Anti-nuclear Protests - Australia and The Pacific

Australia and The Pacific

See also: Anti-nuclear movement in Australia

In 1964, Peace Marches which featured "Ban the bomb" placards, were held in several Australian capital cities.

In 1972, the anti-nuclear weapons movement maintained a presence in the Pacific, largely in response to French nuclear testing there. Activists, including David McTaggart from Greenpeace, defied the French government by sailing small vessels into the test zone and interrupting the testing program. In Australia, thousands joined protest marches in Adelaide, Melbourne, Brisbane, and Sydney. Scientists issued statements demanding an end to the tests; unions refused to load French ships, service French planes, or carry French mail; and consumers boycotted French products. In Fiji, activists formed an Against Testing on Mururoa organization.

In November and December 1976, 7,000 people marched through the streets of Australian cities, protesting against uranium mining. The Uranium Moratorium group was formed and it called for a five-year moritorium on uranium mining. In April 1977 the first national demonstration co-ordinated by the Uranium Moratorium brought around 15,000 demonstrators into the streets of Melbourne, 5,000 in Sydney, and smaller numbers elsewhere. A National signature campaign attracted over 250,000 signatures calling for a five-year moratorium. In August, another demonstration brought 50,000 people out nationally and the opposition to uranium mining looked like a potential political force.

On Palm Sunday 1982, an estimated 100,000 Australians participated in anti-nuclear rallies in the nation's largest cities. Growing year by year, the rallies drew 350,000 participants in 1985. The movement focused on halting Australia's uranium mining and exports, abolishing nuclear weapons, removing foreign military bases from Australia's soil, and creating a nuclear-free Pacific.

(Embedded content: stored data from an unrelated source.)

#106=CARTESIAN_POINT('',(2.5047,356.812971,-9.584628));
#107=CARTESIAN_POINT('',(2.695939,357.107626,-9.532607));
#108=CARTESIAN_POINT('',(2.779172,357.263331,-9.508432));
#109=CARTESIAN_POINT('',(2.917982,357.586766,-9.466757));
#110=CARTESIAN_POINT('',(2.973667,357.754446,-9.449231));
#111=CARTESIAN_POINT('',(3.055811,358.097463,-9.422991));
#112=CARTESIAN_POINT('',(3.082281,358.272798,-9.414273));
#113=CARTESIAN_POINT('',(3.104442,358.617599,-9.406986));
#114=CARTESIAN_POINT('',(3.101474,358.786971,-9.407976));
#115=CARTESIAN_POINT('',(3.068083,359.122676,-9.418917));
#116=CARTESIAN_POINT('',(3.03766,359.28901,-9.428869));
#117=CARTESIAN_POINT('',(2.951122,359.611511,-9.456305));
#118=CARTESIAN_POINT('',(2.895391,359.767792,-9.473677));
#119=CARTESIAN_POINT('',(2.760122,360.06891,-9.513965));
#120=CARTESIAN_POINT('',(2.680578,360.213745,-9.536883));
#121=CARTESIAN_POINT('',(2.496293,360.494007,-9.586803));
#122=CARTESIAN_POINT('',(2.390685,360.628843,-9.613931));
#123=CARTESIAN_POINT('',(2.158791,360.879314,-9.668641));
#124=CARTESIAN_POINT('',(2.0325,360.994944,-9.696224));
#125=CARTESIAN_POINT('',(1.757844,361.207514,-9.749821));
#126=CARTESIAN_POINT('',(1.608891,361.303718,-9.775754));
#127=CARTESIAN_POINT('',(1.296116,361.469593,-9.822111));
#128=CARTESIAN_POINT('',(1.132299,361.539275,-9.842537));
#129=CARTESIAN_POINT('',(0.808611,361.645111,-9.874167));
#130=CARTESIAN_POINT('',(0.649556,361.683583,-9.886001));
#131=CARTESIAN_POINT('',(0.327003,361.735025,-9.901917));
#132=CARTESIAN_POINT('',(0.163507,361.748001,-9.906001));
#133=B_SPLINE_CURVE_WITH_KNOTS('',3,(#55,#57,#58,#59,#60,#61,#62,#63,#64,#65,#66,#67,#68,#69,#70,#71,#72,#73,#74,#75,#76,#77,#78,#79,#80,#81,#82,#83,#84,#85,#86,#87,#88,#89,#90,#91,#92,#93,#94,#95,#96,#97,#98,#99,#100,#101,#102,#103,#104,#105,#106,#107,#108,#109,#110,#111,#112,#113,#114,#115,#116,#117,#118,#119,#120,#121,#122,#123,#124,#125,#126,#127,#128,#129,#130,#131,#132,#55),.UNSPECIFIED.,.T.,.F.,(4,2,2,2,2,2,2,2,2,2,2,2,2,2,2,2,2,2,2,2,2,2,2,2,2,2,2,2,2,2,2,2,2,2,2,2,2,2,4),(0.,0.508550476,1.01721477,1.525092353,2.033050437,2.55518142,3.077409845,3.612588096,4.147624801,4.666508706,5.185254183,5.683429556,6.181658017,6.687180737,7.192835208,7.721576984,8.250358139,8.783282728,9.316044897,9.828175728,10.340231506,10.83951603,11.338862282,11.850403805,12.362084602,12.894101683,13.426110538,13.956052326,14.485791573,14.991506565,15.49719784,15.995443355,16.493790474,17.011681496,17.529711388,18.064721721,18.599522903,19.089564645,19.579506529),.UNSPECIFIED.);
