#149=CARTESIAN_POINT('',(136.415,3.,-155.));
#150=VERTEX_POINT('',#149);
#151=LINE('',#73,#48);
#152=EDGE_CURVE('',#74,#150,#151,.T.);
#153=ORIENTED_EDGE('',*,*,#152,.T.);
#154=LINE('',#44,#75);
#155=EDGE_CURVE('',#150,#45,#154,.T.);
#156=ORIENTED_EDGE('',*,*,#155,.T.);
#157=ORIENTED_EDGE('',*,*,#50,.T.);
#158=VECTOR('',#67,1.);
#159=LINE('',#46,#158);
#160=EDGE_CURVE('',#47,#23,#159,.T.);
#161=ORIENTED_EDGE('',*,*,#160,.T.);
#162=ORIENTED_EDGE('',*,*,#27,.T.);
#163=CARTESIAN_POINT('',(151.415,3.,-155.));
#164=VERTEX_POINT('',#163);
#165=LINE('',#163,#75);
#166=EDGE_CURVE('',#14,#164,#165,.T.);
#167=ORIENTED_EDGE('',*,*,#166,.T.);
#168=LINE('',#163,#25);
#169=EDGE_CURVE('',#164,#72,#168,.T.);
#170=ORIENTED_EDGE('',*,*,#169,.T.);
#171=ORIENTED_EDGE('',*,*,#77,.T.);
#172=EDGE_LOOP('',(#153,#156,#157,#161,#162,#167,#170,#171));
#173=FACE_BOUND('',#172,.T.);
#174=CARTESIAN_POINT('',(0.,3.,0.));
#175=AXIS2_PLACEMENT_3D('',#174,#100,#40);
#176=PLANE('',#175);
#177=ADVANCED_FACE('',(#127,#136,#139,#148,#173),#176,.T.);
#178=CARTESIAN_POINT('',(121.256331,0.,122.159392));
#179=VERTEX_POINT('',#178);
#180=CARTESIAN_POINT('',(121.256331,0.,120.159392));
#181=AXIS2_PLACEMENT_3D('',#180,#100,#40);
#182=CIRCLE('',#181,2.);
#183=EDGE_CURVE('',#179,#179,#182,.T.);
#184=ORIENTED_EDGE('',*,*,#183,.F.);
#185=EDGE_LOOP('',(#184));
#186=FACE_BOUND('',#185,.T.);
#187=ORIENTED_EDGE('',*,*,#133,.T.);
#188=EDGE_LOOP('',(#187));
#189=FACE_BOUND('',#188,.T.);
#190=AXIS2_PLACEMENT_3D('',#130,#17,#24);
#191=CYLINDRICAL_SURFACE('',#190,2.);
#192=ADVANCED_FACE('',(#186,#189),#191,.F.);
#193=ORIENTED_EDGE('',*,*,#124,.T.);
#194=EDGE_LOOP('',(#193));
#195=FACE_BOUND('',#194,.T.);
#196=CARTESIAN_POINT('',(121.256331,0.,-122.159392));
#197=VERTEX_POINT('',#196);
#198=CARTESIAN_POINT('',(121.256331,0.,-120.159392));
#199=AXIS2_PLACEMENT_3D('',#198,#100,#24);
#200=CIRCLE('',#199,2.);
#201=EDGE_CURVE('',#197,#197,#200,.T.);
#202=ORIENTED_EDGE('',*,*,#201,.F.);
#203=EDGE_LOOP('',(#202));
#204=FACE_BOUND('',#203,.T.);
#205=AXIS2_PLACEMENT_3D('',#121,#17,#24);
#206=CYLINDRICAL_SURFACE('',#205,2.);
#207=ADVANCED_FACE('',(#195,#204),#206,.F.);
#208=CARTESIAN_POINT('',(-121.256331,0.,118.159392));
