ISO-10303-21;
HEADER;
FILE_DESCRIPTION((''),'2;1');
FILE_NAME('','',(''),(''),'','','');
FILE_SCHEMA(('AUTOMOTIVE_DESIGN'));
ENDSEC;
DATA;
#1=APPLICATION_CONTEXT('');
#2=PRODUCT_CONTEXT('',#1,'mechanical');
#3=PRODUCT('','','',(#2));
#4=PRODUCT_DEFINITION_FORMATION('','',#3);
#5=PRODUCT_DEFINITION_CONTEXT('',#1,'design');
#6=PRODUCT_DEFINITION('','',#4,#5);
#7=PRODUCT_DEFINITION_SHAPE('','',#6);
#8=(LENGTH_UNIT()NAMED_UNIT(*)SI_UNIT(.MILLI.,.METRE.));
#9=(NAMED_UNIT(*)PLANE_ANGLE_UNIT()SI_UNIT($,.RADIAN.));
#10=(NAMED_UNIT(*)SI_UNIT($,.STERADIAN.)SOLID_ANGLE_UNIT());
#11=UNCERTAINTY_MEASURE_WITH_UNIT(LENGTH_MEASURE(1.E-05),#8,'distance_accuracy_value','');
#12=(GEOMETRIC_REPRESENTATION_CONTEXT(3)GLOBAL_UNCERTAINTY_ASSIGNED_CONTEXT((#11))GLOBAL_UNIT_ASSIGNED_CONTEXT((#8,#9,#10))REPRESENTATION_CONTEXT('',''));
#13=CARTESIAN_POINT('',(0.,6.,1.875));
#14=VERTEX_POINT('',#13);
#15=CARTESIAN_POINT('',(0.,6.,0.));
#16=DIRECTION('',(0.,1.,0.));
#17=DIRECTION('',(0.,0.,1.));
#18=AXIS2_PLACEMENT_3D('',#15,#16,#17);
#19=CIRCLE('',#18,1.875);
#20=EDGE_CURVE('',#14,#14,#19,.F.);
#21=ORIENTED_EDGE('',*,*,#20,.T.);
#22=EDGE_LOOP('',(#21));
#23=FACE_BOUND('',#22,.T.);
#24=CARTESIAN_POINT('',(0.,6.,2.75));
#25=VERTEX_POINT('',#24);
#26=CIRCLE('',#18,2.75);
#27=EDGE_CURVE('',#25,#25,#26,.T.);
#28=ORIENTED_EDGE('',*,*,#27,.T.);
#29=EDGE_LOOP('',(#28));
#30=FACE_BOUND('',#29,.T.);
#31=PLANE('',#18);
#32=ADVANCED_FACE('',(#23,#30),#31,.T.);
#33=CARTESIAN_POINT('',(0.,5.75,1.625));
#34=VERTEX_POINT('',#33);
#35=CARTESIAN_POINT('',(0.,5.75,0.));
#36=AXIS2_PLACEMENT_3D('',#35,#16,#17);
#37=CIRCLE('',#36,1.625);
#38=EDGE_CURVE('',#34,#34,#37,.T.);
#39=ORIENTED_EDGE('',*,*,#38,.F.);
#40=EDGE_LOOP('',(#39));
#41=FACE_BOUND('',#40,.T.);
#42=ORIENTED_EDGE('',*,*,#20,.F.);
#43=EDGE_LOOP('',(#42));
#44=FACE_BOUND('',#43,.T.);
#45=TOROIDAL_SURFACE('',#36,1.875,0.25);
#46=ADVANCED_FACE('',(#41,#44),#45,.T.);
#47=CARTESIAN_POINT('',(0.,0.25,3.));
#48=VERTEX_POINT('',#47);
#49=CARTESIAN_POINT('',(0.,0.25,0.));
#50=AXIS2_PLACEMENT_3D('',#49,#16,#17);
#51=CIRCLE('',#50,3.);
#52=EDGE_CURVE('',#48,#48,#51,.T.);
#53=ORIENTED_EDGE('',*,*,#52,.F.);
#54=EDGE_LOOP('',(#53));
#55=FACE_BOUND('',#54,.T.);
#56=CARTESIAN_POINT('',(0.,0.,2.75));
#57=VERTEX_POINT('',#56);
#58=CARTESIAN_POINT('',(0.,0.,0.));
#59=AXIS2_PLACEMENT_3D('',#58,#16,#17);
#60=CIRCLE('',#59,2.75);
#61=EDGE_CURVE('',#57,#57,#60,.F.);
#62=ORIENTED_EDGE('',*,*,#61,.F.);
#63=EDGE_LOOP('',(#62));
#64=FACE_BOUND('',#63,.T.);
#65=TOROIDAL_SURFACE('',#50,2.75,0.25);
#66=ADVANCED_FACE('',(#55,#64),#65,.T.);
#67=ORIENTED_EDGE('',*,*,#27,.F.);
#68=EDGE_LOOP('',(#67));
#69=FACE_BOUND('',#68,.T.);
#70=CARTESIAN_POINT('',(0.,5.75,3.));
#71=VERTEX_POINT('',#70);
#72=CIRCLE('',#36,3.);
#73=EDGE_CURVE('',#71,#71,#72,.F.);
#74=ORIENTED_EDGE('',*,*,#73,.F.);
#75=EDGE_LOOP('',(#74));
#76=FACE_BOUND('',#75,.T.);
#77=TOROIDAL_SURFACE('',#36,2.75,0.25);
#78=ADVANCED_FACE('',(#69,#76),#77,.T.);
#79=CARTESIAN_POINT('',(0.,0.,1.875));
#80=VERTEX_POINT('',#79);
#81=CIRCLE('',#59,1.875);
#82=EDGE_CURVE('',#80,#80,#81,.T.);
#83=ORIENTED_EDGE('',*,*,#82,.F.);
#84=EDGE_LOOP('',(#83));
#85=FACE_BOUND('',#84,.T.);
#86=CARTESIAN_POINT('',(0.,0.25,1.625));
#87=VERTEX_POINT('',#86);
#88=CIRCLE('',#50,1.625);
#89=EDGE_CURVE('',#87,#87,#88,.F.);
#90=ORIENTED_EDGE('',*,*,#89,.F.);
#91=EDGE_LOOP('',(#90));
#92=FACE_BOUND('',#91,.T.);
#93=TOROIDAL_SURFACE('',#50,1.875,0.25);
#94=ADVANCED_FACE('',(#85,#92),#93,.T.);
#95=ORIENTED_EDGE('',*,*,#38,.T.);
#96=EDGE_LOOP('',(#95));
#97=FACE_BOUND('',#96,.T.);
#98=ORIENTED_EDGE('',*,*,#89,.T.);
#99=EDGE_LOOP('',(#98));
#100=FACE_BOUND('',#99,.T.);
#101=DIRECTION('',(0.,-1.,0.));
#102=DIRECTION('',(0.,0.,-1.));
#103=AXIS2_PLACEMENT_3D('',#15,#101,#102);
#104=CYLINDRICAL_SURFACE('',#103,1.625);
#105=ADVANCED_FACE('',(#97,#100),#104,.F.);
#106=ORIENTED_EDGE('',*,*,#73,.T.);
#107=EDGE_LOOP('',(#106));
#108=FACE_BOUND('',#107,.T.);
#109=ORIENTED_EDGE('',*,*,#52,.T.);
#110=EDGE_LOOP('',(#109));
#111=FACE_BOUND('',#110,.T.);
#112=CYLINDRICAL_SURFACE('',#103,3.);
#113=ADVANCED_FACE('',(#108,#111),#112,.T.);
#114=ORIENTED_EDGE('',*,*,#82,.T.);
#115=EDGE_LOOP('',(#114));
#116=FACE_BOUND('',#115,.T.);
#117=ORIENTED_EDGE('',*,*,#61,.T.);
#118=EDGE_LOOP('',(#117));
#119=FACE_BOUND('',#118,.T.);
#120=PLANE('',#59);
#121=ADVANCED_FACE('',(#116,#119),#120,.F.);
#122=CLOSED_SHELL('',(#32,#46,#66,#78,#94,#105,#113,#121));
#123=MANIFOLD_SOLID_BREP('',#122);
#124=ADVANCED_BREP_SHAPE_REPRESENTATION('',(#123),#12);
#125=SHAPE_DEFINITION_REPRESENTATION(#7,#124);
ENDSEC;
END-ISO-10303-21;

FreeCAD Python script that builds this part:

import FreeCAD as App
import Part
import Sketcher

V = App.Vector
Q = App.Units.Quantity


def edges_at(feature, points):
    """Names of the edges that pass closest to the given points."""
    edges = feature.Shape.Edges
    near = lambda p: min(range(len(edges)), key=lambda i: edges[i].distToShape(Part.Vertex(*p))[0])
    return sorted({f"Edge{near(p) + 1}" for p in points})

doc = App.newDocument("Part")
body = doc.addObject("PartDesign::Body", "Body")

sketch1 = body.newObject("Sketcher::SketchObject", "Sketch")
sketch1.AttachmentSupport = (doc.getObject("XZ_Plane"), [""])
sketch1.MapMode = "FlatFace"
sketch1.addGeometry(Part.Circle(V(0, 0, 0), V(0, 0, 1), 3), False)
sketch1.addGeometry(Part.Circle(V(0, 0, 0), V(0, 0, 1), 1.6), False)
sketch1.addConstraint(Sketcher.Constraint("Coincident", 0, 3, -1, 1))
sketch1.addConstraint(Sketcher.Constraint("Coincident", 1, 3, -1, 1))
sketch1.addConstraint(Sketcher.Constraint("Diameter", 0, Q("6 mm")))
sketch1.addConstraint(Sketcher.Constraint("Diameter", 1, Q("3.25 mm")))
pad1 = body.newObject("PartDesign::Pad", "Pad")
pad1.Profile = sketch1
pad1.Length = 6
pad1.Reversed = True
doc.recompute()

fillet = body.newObject("PartDesign::Fillet", "Fillet")
fillet.Base = (pad1, edges_at(pad1, [
    (0, 0, -3),
    (0, 6, -3),
    (0, 0, -1.625),
    (0, 6, -1.625),
]))
fillet.Radius = 0.25

doc.recompute()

In March 2012, hundreds of anti-nuclear demonstrators converged on the Australian headquarters of global mining giants BHP Billiton and Rio Tinto to mark one year since the Fukushima nuclear disaster. The 500-strong march through southern Melbourne called for an end to uranium mining in Australia. There were also events in Sydney, and in Melbourne the protest included speeches and performances by representatives of the expatriate Japanese community as well as Australia's Indigenous communities, who are worried about the effects of uranium mining near tribal lands.